··· Recorded data ···

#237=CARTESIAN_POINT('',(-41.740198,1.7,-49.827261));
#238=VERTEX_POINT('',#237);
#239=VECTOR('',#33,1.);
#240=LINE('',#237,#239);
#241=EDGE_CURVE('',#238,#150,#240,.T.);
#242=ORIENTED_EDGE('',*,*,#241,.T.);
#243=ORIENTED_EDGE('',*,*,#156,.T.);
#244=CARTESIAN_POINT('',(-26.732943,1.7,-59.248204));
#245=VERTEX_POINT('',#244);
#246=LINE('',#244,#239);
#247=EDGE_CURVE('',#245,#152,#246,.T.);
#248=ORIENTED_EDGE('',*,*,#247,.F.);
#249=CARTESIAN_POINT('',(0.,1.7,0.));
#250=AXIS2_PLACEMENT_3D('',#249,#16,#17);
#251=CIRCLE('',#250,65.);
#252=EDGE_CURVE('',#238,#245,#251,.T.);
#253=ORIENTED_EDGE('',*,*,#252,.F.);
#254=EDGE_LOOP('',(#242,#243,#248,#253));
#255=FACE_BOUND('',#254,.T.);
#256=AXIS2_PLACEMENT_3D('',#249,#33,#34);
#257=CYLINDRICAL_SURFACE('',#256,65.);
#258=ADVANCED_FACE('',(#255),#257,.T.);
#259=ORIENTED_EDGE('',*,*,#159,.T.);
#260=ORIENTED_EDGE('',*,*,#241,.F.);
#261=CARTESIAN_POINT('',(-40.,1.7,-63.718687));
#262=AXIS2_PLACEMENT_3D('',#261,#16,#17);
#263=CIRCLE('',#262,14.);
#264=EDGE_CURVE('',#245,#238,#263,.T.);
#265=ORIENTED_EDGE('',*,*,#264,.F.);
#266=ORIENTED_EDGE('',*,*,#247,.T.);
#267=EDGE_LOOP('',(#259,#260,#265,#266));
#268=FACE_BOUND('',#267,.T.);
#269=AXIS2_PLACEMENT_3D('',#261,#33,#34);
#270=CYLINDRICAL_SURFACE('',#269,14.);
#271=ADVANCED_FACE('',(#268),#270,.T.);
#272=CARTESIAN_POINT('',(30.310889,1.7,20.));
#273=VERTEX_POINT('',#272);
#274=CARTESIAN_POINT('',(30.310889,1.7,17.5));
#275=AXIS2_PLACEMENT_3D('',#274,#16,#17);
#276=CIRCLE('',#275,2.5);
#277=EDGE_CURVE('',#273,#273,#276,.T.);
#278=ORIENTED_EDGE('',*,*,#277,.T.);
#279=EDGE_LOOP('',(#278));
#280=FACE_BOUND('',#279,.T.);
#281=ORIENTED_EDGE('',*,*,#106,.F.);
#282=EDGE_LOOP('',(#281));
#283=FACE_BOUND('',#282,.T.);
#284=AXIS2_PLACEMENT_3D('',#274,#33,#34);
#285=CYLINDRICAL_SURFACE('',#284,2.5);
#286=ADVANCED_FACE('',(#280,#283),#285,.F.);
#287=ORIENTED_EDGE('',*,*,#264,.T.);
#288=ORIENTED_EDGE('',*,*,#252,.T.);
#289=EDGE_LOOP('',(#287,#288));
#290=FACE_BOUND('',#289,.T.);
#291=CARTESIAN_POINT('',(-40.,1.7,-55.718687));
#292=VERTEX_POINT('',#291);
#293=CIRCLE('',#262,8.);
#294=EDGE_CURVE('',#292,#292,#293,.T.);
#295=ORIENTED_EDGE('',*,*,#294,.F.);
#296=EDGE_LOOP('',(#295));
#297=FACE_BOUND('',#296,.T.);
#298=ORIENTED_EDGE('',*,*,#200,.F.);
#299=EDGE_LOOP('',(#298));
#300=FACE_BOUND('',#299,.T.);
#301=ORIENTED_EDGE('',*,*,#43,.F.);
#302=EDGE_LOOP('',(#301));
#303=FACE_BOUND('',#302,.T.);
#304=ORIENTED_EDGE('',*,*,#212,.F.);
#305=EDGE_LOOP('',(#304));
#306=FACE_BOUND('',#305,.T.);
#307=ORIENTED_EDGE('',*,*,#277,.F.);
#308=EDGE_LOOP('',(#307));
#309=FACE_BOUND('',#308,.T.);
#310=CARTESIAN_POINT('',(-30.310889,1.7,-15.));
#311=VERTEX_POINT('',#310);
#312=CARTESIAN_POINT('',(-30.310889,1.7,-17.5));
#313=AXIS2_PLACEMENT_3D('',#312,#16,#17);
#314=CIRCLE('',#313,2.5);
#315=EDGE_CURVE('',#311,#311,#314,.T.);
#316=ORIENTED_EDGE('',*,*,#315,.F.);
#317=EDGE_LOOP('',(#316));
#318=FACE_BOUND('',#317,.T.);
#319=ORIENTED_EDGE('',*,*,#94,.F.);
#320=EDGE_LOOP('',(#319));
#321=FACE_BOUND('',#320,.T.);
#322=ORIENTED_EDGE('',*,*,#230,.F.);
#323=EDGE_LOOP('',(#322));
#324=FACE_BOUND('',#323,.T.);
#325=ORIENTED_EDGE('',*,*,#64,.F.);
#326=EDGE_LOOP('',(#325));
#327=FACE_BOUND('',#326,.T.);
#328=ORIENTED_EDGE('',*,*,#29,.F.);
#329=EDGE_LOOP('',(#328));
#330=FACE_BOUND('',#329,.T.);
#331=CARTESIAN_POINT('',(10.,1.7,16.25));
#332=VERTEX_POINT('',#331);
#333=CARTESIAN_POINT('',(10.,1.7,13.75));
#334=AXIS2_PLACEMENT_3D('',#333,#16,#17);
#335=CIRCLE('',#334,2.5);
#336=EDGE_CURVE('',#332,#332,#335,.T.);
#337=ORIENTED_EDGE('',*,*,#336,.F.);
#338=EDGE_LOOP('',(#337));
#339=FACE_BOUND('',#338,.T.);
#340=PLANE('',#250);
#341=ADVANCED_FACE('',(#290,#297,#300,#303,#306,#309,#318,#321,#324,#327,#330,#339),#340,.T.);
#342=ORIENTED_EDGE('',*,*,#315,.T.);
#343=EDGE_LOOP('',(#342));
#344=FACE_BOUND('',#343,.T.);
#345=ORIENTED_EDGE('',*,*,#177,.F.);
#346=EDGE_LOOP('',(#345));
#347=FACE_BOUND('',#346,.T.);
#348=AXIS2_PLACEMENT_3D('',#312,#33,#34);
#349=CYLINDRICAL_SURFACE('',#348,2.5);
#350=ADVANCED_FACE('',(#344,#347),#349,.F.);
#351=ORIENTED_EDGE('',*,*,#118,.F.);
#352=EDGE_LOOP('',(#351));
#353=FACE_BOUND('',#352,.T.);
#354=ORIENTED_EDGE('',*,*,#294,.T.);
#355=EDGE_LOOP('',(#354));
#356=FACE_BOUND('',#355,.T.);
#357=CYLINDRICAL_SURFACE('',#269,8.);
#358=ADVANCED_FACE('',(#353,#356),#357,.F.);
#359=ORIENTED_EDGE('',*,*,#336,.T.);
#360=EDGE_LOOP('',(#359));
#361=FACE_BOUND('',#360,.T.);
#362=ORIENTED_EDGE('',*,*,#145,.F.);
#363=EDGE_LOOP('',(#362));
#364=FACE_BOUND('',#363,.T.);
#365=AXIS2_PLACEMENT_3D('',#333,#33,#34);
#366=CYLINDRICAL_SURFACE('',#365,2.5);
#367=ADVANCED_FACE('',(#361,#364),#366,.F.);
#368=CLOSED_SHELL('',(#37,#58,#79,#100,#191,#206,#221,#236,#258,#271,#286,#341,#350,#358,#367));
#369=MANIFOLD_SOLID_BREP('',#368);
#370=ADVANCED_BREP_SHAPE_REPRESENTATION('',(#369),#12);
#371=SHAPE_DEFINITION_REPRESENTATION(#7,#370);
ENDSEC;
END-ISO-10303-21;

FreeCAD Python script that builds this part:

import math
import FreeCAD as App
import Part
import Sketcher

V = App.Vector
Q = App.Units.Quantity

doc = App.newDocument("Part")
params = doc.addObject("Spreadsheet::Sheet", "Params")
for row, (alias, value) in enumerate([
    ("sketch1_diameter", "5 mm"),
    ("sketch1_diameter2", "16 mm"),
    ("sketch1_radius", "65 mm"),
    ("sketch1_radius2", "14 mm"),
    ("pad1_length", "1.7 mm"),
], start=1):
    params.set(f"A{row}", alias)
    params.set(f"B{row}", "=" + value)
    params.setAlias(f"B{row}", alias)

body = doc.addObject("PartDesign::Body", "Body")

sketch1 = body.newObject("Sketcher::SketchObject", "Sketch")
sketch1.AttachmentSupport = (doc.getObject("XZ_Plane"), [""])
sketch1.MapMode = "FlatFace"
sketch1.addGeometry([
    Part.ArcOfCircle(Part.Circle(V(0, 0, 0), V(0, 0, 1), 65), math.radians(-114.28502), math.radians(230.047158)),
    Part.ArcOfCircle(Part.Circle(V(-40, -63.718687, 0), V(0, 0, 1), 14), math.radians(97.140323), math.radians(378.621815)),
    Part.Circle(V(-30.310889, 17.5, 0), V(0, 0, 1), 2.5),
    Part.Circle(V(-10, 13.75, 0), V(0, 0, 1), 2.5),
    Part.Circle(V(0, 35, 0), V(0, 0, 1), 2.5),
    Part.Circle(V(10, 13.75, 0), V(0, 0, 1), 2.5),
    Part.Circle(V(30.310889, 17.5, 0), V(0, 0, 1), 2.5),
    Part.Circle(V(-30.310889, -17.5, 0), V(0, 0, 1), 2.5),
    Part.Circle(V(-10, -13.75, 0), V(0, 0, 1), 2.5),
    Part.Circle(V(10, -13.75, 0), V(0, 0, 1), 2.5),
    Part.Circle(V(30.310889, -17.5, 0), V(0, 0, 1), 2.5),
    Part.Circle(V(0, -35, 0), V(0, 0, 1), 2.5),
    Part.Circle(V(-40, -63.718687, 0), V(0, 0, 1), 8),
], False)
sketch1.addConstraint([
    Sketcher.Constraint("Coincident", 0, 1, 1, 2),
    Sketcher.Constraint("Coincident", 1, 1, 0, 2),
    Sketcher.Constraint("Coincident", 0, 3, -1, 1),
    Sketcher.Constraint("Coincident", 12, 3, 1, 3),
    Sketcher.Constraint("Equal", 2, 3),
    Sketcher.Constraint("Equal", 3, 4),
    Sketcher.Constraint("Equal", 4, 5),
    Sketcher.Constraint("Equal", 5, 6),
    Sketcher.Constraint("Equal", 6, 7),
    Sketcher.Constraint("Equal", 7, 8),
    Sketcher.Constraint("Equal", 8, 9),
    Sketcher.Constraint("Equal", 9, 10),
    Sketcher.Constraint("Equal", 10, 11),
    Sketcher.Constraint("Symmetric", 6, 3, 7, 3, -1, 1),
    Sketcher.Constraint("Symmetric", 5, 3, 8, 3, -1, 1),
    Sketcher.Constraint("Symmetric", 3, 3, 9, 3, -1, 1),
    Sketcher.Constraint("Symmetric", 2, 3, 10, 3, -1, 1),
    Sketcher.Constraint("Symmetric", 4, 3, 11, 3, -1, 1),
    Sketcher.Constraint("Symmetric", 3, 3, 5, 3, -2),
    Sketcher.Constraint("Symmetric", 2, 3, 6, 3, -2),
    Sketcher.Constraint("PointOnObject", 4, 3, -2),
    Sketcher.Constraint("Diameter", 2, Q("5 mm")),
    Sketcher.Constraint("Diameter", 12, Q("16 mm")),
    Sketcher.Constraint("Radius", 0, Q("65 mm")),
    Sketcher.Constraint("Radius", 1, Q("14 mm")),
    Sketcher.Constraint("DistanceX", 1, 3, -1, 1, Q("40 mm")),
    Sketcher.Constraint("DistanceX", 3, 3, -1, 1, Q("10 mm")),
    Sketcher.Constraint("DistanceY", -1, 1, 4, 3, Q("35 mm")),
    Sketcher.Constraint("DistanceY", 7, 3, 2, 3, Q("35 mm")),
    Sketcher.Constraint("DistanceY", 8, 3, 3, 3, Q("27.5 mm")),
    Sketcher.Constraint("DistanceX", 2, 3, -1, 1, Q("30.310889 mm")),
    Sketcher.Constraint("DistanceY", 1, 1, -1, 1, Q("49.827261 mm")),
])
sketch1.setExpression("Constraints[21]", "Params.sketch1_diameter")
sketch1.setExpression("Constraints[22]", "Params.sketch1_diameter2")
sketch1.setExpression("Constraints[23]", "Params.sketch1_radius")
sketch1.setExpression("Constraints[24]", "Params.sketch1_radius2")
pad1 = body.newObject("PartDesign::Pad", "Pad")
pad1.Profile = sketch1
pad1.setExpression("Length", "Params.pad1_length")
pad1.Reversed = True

···

## [Exercise objective]
Take each line in the listing that has the word "addObject" and copy it.

## [Answer to this task]
params = doc.addObject("Spreadsheet::Sheet", "Params")
body = doc.addObject("PartDesign::Body", "Body")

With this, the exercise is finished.